- The problem
Every line containing the word "ThreePointArc" is to be copied from the data below.

++++ Information provided

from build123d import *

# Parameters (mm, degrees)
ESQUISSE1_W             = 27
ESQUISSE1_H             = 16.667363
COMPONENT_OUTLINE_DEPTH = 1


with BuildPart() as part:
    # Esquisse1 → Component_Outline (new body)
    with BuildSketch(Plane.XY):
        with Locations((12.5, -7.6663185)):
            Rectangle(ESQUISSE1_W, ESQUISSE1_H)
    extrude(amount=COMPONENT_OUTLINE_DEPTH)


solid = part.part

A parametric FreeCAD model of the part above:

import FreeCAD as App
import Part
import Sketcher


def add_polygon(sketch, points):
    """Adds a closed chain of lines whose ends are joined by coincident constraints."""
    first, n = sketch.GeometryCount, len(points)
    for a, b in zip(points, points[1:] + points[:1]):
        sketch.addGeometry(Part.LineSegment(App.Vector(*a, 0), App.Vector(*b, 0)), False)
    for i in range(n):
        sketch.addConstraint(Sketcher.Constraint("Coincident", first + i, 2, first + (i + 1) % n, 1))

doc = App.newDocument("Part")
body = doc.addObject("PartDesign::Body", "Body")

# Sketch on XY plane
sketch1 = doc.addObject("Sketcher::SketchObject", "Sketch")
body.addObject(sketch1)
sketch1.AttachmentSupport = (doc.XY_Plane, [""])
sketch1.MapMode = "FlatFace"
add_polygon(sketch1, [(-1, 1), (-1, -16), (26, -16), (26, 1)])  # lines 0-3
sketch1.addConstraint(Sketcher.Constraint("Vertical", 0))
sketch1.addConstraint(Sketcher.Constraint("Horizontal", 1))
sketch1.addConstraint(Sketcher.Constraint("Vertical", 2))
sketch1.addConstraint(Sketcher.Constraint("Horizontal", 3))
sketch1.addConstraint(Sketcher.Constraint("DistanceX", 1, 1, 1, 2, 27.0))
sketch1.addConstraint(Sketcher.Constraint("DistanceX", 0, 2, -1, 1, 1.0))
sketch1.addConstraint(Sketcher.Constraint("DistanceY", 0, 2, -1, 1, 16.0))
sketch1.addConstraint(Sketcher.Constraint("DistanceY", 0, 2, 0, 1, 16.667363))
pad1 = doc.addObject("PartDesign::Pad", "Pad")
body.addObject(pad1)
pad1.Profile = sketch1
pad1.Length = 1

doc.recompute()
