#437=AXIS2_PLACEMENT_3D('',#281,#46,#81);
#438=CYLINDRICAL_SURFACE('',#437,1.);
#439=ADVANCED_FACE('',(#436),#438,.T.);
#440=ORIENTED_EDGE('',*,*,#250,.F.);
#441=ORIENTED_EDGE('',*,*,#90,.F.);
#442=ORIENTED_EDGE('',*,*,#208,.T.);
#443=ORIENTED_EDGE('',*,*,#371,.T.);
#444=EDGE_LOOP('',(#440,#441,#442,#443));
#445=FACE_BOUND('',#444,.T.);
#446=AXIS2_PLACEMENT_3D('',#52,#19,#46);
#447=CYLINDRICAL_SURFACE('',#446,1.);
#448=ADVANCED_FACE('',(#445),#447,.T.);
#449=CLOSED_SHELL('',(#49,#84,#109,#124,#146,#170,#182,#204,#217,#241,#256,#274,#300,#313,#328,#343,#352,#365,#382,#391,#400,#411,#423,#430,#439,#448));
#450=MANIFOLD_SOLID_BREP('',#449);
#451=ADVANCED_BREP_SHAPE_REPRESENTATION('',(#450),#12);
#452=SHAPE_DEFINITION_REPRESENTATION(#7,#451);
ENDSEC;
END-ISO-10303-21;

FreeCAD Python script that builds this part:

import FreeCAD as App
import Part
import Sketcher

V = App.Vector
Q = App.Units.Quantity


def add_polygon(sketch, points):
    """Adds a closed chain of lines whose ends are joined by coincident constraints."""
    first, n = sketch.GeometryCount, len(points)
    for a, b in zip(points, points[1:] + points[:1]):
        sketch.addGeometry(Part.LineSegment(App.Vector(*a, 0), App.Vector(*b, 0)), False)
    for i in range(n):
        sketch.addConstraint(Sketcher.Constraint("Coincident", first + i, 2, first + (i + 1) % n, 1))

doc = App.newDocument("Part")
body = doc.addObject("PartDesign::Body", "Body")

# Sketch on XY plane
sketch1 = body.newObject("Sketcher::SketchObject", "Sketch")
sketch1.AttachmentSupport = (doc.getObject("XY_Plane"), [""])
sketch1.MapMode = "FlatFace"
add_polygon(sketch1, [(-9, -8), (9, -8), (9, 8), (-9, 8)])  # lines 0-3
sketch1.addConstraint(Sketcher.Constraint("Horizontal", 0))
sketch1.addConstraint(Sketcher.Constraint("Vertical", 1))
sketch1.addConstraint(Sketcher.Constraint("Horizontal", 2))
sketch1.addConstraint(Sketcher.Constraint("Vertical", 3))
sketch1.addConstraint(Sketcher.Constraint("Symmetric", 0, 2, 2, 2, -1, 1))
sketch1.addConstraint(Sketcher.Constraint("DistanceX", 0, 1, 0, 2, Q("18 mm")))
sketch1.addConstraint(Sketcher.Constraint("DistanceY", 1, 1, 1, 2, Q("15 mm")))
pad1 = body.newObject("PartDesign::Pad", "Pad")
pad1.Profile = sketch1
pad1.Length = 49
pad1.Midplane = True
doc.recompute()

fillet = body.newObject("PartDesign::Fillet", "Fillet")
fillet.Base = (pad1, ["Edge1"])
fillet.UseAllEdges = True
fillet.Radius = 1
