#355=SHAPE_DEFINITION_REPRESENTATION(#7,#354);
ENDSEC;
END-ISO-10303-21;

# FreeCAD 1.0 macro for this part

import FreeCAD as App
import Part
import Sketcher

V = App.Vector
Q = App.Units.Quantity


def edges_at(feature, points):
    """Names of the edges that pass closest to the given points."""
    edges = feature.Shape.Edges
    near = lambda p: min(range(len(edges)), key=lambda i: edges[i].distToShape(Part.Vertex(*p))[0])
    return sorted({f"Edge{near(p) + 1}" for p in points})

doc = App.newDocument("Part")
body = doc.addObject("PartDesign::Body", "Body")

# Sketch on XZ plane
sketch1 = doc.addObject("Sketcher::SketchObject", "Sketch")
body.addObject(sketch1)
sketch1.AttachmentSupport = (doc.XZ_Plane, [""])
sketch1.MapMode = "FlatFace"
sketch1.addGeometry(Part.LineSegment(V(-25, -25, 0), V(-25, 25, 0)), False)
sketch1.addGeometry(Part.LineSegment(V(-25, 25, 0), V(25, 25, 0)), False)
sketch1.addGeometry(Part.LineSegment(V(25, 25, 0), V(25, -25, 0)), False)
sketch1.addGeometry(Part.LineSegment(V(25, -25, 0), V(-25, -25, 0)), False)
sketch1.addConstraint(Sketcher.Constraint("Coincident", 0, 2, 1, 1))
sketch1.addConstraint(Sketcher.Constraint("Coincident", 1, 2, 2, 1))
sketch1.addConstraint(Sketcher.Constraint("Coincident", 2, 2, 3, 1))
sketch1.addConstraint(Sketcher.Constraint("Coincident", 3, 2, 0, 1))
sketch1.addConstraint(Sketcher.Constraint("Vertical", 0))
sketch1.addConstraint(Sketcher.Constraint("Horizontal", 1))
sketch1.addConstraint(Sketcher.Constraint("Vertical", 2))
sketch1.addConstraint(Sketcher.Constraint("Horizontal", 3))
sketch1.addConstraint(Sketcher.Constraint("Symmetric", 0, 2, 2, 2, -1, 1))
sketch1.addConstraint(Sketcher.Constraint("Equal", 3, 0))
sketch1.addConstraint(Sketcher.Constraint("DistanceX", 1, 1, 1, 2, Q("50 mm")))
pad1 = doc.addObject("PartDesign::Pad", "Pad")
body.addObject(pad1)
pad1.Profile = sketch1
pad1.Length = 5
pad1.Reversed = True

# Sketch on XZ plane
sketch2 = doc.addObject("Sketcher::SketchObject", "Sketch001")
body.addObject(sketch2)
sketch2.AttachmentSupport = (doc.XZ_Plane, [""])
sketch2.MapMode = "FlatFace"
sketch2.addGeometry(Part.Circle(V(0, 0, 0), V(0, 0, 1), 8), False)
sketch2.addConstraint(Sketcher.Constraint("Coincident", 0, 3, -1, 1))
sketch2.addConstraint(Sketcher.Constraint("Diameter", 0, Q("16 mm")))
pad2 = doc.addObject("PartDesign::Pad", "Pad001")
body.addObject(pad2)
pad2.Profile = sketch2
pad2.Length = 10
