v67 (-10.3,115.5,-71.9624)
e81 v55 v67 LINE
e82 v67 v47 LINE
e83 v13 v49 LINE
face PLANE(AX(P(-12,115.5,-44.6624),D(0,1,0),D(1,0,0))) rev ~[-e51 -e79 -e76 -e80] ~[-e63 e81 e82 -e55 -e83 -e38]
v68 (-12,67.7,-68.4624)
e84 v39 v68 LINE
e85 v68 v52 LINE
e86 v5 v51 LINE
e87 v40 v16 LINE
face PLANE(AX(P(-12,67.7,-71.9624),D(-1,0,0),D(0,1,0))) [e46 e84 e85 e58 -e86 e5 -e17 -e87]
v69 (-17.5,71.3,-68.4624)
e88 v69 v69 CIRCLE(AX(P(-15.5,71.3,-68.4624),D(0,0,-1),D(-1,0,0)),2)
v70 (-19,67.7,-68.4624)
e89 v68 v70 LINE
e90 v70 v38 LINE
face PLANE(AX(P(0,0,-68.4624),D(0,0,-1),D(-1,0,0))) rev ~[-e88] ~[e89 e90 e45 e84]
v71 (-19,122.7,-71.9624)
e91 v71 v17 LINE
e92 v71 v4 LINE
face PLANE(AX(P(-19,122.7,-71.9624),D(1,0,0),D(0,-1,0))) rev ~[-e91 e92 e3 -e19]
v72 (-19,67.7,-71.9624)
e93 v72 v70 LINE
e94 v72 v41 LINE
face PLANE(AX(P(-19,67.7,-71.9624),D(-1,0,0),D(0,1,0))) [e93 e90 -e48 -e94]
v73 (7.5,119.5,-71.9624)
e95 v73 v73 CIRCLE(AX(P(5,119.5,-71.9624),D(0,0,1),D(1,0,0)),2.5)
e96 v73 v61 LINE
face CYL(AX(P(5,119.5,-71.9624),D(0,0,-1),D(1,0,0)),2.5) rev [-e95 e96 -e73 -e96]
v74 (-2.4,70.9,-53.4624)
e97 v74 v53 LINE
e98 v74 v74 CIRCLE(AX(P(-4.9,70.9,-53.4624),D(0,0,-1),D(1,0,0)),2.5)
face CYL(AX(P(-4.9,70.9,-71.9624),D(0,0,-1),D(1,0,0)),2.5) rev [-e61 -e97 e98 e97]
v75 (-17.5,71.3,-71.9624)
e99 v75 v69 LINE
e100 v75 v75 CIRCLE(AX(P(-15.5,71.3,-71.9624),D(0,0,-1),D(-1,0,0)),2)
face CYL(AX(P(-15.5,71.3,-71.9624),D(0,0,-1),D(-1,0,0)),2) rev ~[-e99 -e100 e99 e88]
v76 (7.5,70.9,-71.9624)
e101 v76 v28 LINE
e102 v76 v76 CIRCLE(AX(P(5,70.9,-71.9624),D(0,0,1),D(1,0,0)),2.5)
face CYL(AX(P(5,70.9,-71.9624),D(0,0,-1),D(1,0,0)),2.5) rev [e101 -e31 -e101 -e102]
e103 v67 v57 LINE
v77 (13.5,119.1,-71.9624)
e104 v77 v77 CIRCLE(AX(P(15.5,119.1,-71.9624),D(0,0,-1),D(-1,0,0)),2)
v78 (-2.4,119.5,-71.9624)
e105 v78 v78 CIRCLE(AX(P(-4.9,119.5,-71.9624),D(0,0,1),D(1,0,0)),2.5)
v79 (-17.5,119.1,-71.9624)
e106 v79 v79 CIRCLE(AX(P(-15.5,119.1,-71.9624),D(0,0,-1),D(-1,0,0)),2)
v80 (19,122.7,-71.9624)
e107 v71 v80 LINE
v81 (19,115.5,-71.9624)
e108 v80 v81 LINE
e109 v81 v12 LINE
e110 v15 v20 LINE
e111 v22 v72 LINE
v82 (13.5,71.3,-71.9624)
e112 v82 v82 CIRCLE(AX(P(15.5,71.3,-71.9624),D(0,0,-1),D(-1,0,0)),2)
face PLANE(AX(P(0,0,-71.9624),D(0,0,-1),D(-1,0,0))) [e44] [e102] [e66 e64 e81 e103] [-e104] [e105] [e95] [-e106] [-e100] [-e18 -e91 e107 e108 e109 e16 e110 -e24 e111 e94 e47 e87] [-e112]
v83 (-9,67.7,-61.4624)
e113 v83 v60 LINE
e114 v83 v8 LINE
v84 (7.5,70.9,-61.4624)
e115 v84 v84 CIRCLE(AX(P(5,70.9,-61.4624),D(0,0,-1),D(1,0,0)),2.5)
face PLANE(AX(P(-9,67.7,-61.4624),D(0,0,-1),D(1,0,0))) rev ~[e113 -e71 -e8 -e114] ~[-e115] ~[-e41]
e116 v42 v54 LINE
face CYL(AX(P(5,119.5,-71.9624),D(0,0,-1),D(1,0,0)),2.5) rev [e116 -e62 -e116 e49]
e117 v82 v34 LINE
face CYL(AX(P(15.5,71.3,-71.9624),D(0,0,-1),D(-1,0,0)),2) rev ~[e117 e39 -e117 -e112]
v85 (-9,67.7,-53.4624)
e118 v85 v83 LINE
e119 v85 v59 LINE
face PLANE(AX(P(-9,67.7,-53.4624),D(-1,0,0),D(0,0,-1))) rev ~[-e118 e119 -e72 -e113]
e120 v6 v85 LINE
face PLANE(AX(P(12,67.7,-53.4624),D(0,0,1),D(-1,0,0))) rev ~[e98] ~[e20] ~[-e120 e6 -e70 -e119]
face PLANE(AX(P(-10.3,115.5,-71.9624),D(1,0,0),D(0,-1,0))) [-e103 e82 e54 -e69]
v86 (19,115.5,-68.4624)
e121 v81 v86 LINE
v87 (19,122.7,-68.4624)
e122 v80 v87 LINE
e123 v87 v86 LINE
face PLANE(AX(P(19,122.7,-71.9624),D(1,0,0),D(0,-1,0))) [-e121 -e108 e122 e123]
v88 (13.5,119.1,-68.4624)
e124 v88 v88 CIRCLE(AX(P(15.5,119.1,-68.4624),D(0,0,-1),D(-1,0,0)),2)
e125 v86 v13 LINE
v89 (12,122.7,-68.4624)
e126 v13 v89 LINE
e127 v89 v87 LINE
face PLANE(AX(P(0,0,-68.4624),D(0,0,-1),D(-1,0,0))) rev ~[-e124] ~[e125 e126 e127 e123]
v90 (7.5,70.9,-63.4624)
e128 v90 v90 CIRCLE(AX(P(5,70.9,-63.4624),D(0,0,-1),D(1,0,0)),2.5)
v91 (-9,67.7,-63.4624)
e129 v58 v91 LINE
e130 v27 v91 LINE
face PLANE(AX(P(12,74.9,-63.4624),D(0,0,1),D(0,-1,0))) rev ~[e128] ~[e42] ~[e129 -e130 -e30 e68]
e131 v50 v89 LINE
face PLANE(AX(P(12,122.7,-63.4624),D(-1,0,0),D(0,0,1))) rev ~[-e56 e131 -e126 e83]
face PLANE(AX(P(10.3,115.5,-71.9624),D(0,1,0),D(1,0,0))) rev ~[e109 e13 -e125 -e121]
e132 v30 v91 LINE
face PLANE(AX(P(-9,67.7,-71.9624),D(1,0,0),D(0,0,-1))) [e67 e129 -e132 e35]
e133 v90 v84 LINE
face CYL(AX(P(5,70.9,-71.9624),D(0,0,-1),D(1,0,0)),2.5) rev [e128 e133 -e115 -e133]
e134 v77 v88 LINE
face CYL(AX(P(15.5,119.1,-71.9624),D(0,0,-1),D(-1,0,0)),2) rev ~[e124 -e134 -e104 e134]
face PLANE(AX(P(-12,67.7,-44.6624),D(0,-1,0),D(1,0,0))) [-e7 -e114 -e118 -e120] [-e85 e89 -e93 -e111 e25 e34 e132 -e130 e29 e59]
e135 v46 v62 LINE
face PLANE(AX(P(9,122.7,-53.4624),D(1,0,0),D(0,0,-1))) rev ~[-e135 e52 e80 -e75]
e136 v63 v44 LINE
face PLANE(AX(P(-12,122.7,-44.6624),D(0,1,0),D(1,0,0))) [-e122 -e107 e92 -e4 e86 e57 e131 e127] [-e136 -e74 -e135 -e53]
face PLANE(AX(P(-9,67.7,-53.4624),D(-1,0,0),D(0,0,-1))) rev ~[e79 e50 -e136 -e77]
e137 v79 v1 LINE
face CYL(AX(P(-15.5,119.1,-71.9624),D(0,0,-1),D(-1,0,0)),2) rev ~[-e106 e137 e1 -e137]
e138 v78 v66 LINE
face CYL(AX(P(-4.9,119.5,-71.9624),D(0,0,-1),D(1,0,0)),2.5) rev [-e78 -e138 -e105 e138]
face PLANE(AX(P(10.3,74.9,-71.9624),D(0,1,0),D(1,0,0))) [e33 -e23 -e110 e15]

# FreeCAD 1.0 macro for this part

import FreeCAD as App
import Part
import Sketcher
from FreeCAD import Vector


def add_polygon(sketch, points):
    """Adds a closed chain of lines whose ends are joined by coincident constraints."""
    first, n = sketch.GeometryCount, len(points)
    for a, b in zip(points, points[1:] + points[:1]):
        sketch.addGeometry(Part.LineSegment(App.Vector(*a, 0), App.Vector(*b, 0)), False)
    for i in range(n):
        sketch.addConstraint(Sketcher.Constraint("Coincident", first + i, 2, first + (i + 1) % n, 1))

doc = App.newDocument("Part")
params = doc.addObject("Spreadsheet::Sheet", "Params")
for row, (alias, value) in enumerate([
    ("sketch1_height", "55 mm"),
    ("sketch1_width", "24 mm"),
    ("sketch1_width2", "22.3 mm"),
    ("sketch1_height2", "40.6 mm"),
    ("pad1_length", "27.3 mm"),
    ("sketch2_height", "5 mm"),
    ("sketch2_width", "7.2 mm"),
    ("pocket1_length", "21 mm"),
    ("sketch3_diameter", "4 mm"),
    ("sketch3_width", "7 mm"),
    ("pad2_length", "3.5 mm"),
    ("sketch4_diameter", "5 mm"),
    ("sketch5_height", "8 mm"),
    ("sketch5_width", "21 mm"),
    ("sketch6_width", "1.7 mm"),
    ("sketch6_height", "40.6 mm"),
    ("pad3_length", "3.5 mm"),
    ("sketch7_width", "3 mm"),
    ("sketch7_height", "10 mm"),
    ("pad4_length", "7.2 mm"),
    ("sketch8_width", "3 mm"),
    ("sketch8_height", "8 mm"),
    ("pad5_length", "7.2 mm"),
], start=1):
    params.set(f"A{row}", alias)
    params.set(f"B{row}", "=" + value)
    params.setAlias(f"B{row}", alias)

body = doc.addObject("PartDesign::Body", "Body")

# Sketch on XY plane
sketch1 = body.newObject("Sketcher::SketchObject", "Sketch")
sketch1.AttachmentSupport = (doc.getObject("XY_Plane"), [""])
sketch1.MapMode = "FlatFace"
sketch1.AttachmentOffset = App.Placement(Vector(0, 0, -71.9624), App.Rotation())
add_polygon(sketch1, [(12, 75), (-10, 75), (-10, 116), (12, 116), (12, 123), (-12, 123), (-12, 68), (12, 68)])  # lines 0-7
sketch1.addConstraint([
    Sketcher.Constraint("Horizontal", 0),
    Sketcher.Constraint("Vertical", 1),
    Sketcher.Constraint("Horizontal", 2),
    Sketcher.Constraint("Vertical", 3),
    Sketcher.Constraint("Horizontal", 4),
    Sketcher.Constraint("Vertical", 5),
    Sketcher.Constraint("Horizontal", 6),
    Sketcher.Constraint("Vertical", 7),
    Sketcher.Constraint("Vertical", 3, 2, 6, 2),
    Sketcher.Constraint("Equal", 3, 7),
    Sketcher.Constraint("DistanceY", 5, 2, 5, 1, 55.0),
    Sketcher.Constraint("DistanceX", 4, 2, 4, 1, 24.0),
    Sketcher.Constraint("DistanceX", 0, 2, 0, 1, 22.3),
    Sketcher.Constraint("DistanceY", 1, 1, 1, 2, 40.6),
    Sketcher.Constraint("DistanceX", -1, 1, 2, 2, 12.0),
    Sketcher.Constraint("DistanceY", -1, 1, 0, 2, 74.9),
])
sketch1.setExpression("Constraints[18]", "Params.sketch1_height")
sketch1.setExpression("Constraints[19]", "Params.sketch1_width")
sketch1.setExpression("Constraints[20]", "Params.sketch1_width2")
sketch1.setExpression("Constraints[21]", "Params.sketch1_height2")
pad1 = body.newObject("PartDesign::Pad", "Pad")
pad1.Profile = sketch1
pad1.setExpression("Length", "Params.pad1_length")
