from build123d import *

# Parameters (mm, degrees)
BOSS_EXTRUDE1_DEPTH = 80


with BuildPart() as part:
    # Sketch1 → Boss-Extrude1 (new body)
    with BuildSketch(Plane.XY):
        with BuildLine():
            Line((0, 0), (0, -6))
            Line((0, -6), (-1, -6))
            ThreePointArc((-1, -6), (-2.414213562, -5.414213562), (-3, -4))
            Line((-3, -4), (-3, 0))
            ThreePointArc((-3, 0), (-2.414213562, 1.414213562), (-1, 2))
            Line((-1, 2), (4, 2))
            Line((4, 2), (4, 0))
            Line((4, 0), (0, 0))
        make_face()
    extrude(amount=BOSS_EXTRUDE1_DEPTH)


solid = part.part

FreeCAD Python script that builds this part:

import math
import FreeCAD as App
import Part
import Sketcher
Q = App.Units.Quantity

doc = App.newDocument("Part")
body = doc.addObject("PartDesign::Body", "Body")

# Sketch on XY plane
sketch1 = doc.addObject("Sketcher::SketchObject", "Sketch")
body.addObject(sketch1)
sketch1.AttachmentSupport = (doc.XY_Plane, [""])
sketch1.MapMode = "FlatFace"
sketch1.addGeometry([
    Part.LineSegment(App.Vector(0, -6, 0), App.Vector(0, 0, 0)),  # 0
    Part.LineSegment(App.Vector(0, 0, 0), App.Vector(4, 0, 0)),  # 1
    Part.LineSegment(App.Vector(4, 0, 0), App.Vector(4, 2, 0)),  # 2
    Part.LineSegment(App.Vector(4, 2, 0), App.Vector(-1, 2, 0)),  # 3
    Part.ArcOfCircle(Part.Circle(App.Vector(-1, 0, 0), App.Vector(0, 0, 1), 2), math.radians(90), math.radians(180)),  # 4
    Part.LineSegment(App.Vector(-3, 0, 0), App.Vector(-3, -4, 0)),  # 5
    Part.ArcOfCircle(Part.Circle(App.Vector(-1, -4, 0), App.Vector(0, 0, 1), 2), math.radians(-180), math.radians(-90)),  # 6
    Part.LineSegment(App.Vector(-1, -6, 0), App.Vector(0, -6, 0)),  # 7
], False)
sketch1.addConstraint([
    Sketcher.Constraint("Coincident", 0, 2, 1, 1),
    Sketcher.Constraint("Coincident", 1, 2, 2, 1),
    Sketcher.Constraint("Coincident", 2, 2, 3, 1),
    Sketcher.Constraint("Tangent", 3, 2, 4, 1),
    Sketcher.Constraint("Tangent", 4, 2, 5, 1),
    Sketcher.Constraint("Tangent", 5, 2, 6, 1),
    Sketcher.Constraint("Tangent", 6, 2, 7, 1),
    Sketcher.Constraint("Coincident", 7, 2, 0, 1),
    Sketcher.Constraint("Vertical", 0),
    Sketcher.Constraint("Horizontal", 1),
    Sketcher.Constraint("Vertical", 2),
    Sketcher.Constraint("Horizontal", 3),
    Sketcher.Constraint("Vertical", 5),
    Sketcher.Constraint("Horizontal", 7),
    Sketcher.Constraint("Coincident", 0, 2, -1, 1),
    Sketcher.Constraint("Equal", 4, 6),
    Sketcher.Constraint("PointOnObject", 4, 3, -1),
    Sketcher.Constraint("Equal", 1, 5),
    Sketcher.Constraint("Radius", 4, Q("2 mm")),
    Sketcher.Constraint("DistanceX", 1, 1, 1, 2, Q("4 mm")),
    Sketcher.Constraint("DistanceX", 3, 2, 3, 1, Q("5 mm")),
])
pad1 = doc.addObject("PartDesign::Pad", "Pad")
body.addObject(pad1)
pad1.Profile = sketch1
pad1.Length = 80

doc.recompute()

++++++++

- Reply to the task
            ThreePointArc((-1, -6), (-2.414213562, -5.414213562), (-3, -4))
            ThreePointArc((-3, 0), (-2.414213562, 1.414213562), (-1, 2))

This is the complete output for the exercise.